Here is an incremental patch with the update. I'll include this change in
my next version.

@@ -9281,24 +9281,42 @@ static void init_rq_ipcc_stats(struct sg_lb_stats *sgs)
 	sgs->min_score = ULONG_MAX;
 }
 
+static int rq_last_task_ipcc(int dst_cpu, struct rq *rq, unsigned short *ipcc)
+{
+	struct list_head *tasks = &rq->cfs_tasks;
+	struct task_struct *p;
+	struct rq_flags rf;
+	int ret = -EINVAL;
+
+	rq_lock_irqsave(rq, &rf);
+	if (list_empty(tasks))
+		goto out;
+
+	p = list_last_entry(tasks, struct task_struct, se.group_node);
+	if (p->flags & PF_EXITING || is_idle_task(p) ||
+	    !cpumask_test_cpu(dst_cpu, p->cpus_ptr))
+		goto out;
+
+	ret = 0;
+	*ipcc = p->ipcc;
+out:
+	rq_unlock(rq, &rf);
+	return ret;
+}
+
 /* Called only if cpu_of(@rq) is not idle and has tasks running. */
 static void update_sg_lb_ipcc_stats(int dst_cpu, struct sg_lb_stats *sgs,
 				    struct rq *rq)
 {
-	struct task_struct *curr;
 	unsigned short ipcc;
 	unsigned long score;
 
 	if (!sched_ipcc_enabled())
 		return;
 
-	curr = rcu_dereference(rq->curr);
-	if (!curr || (curr->flags & PF_EXITING) || is_idle_task(curr) ||
-	    task_is_realtime(curr) ||
-	    !cpumask_test_cpu(dst_cpu, curr->cpus_ptr))
+	if (rq_last_task_ipcc(dst_cpu, rq, &ipcc))
 		return;
 
-	ipcc = curr->ipcc;
 	score = arch_get_ipcc_score(ipcc, cpu_of(rq));
 
> 
> >
> > My patchset proposes to use IPCC clases to break ties between otherwise
> > identical sched groups in update_sd_pick_busiest().
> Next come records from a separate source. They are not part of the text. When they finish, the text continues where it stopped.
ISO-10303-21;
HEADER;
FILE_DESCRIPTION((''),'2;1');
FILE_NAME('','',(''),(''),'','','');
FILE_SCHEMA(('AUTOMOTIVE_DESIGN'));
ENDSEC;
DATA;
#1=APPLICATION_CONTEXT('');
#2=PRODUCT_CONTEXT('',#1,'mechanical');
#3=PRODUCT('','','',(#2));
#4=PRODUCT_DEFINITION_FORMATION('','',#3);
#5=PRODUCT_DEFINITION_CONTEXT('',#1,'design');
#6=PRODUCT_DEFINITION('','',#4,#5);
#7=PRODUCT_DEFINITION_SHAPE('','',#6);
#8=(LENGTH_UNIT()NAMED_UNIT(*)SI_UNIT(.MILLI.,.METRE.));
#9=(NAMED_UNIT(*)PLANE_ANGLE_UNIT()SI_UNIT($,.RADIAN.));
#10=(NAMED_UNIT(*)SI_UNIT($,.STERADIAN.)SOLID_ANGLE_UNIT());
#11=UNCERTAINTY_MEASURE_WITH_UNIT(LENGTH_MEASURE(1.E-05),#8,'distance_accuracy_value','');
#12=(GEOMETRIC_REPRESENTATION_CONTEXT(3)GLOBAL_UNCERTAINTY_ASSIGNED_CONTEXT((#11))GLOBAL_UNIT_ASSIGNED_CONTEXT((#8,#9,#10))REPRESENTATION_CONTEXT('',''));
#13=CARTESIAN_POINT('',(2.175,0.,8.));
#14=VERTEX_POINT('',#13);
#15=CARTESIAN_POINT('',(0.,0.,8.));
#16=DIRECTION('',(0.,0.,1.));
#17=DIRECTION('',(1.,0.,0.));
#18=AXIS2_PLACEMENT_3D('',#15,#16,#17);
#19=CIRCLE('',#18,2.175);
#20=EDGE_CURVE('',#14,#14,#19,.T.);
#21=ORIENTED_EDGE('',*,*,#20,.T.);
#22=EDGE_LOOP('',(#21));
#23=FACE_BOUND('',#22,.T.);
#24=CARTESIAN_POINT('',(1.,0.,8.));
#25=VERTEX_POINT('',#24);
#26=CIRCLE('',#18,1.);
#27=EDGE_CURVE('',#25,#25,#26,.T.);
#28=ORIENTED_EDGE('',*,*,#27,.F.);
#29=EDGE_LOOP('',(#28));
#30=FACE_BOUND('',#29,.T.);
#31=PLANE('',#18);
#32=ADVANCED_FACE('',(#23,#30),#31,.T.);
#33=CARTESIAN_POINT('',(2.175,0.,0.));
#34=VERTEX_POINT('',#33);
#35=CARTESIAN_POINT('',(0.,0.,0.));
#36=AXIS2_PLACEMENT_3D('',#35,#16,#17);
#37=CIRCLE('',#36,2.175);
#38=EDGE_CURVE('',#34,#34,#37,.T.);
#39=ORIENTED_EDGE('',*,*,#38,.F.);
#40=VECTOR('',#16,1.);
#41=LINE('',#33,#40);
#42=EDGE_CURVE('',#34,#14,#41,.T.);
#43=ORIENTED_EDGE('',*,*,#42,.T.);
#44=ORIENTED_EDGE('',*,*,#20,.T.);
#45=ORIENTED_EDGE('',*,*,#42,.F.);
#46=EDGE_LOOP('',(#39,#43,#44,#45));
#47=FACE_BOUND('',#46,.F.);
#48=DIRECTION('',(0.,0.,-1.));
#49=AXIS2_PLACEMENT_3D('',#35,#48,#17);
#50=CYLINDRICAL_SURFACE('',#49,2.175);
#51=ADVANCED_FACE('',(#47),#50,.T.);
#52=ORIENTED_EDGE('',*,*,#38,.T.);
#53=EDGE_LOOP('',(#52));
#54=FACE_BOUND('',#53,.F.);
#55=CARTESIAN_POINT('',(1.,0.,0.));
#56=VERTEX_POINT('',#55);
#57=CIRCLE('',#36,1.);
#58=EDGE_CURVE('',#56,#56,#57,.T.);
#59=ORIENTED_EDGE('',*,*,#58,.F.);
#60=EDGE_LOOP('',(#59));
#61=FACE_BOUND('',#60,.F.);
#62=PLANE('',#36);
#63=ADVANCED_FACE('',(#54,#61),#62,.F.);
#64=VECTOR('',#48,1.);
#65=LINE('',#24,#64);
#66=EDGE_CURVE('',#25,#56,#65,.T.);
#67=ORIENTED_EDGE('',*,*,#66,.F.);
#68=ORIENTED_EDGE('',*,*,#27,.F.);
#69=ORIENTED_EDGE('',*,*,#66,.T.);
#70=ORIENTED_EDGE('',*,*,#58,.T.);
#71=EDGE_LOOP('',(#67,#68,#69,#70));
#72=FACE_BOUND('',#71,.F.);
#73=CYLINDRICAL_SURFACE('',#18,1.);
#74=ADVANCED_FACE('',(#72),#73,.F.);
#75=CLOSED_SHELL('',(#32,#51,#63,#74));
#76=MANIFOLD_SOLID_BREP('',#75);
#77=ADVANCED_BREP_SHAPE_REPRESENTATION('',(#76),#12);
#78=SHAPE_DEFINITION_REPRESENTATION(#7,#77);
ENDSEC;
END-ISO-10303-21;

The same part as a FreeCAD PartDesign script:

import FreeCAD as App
import Part
import Sketcher
from FreeCAD import Vector
Q = App.Units.Quantity

doc = App.newDocument("Part")
body = doc.addObject("PartDesign::Body", "Body")

# Sketch on XY plane
sketch1 = body.newObject("Sketcher::SketchObject", "Sketch")
sketch1.AttachmentSupport = (doc.getObject("XY_Plane"), [""])
sketch1.MapMode = "FlatFace"
sketch1.addGeometry(Part.Circle(Vector(0, 0, 0), Vector(0, 0, 1), 2.175), False)
sketch1.addConstraint([
    Sketcher.Constraint("Coincident", 0, 3, -1, 1),
    Sketcher.Constraint("Diameter", 0, Q("4.35 mm")),
])
pad1 = body.newObject("PartDesign::Pad", "Pad")
pad1.Profile = sketch1
pad1.Length = 8

# Sketch on XY plane
sketch2 = body.newObject("Sketcher::SketchObject", "Sketch001")
sketch2.AttachmentSupport = (doc.getObject("XY_Plane"), [""])
sketch2.MapMode = "FlatFace"
sketch2.AttachmentOffset = App.Placement(Vector(0, 0, 8), App.Rotation())
sketch2.addGeometry(Part.Circle(Vector(0, 0, 0), Vector(0, 0, 1), 1), False)
sketch2.addConstraint([
    Sketcher.Constraint("Coincident", 0, 3, -1, 1),
    Sketcher.Constraint("Diameter", 0, Q("2 mm")),
])
pocket1 = body.newObject("PartDesign::Pocket", "Pocket")
pocket1.Profile = sketch2
pocket1.Type = "ThroughAll"

doc.recompute()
Its use is limited to
> > asym_packing and fully_busy types. For these types, it is likely that there
> > will not be tasks wanting to run other than current. need_active_balance()
> > will return true and we will migrate the current task.
> 
> I disagree with your assumption above, asym_packing and fully_busy
> types doesn't put any mean on the number of running tasks

Agreed. What I stated was not correct.

o> 
> >
> > You are correct, by only looking at the current tasks we risk overlooking
> > other tasks in the queue and the statistics becoming meaningless. A fully
> > correct solution would need to keep track of the the types of tasks in
> > all runqueues as they come and go. IMO, the increased complexity of such
> > approach does not justify the benefit. We give the load balancer extra
> > information to decide between otherwise identical sched groups using the
> > IPCC statistics of big tasks.
> 
> because IPCC are meaningful only when there is only 1 running task and
> during active migration, you should collect them only for such
> situation

I think that if we compute the IPCC statistics using the tasks at the back
of the runqueue, then IPCC statistics remain meaningful for nr_running >= 1.